Member of the Illinois House of Representatives from the 88th district
- Incumbent
- Assumed office January 1, 2023
- Preceded by: Keith Sommer

Personal details
- Party: Republican
- Alma mater: University of Illinois (M.D.)
- Profession: Physician

= Bill Hauter =

American politician

William E. Hauter is an American doctor and Republican member of the Illinois House of Representatives from the 87th district. The 87th district, located in Central Illinois, includes parts of DeWitt, Logan, Macon, McLean, and Sangamon counties.

==Early life and career==
William E. Hauter, a graduate of the University of Illinois College of Medicine, is a board-certified doctor in Emergency Medicine and Anesthesiology. In his medical career, he has been at various times a partner at Associated Anesthesiologists; an emergency physician at OSF Saint Francis Medical Center, and an assistant clinical
professor at the Peoria campus of the University of Illinois College of Medicine. He was elected to the County Board in Tazewell County, Illinois, in the 2020 general election.

==Illinois House of Representatives==
On December 21, 2022, the Republican Representative Committee of the Republican Party of the 88th Representative District appointed Hauter to the remainder of Representative Sommer's term. Hauter served from the 88th district for the remainder of the 102nd General Assembly. The 88th district included parts of Tazewell and McLean counties. Upon being sworn in to the 103rd General Assembly, to which he was elected, he became the representative for the 87th district. Hauter was sworn into office on January 1, 2023.

== Political Positions ==

=== Abortion and Reproductive Rights ===
Hauter has opposed legislation that expands abortion access. He voted against HB 3637, which ensures access to abortion medication even if the FDA revokes approval, calling it “unprecedented” and warning lawmakers not to “reject the authority of the U.S. Federal Food and Drug Administration.” The legislation favored recommendations from the World Health Organization, which he described as “a foreign, unelected, unaccountable organization that’s mostly controlled by China.” Hauter claimed in a Facebook post that, "every one of these laws expanding 'reproductive rights' makes abortions LESS safe in Illinois."

Hauter also opposed Senate Bill 1909, which allows consumer fraud lawsuits against crisis pregnancy centers (CPCs) accused of providing deceptive information.

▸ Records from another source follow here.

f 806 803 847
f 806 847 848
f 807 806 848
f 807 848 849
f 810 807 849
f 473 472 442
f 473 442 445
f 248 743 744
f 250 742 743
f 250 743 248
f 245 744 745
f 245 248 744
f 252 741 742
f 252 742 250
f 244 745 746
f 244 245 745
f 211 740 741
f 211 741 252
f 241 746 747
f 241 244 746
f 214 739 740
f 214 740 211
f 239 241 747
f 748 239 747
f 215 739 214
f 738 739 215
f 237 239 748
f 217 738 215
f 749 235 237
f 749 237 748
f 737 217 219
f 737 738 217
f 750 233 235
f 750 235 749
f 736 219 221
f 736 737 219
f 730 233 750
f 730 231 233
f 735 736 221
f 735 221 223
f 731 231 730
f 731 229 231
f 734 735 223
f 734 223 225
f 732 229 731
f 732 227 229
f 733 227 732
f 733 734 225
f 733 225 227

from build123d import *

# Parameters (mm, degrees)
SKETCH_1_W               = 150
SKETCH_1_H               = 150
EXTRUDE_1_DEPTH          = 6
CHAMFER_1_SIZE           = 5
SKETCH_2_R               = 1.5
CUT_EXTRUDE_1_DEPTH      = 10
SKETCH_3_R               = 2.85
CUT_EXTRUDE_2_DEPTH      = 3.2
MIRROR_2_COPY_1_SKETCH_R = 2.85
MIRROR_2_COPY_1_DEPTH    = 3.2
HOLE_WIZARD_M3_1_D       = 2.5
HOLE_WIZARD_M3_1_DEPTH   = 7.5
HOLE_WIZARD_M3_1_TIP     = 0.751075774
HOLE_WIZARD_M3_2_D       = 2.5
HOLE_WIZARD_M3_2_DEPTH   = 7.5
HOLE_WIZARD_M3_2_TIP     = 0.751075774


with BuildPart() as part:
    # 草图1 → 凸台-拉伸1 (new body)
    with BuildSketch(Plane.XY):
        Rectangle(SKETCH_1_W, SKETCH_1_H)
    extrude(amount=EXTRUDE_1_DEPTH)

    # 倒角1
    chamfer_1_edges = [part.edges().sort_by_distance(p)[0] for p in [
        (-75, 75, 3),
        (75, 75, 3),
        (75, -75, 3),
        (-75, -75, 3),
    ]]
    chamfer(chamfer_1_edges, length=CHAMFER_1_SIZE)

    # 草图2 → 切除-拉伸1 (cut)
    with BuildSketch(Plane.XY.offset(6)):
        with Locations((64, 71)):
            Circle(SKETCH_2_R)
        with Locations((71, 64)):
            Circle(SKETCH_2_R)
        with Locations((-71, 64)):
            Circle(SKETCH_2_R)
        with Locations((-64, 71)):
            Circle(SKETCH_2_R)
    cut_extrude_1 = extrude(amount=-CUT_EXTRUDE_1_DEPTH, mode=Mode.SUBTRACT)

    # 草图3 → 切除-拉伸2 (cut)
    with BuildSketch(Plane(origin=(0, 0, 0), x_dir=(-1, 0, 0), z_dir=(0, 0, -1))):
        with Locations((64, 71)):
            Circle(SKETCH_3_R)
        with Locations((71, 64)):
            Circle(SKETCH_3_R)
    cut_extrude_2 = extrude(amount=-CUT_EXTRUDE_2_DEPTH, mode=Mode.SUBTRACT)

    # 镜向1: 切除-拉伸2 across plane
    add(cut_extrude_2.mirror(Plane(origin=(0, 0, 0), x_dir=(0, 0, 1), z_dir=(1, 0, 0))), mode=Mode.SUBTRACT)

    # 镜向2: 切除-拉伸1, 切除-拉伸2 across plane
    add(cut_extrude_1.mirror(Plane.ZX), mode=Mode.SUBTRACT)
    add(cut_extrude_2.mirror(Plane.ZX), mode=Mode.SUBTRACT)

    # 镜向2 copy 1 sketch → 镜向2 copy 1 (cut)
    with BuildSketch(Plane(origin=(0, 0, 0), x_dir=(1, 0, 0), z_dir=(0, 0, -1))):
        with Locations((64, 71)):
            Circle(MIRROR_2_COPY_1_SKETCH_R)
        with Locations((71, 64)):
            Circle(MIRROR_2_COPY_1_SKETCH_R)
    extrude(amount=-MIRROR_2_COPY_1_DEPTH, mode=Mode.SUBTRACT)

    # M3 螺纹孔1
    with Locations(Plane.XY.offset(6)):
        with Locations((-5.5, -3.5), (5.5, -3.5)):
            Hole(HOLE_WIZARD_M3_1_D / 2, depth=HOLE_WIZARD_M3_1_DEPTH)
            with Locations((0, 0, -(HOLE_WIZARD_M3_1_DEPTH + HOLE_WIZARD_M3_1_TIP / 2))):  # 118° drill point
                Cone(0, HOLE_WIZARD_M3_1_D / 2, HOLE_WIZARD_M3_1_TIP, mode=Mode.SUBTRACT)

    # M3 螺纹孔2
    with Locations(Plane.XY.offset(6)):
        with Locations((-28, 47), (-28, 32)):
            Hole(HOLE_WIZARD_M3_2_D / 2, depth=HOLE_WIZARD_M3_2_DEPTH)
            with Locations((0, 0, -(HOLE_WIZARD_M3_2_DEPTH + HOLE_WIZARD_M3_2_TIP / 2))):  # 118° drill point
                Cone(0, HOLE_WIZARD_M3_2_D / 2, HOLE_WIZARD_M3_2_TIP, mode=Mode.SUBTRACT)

His wife is director of the Living Alternatives Pregnancy Resource Center in Pekin, and Hauter has described the couple as “heavily involved” in such centers.

=== COVID-19 and Vaccines ===
Hauter has been critical of Illinois’ handling of the COVID-19 pandemic, saying that the state's “risk analysis was off” and that lockdowns and school closures were excessive. He argued that stricter lockdowns in Democratic-led states “had no better outcomes” than looser restrictions elsewhere.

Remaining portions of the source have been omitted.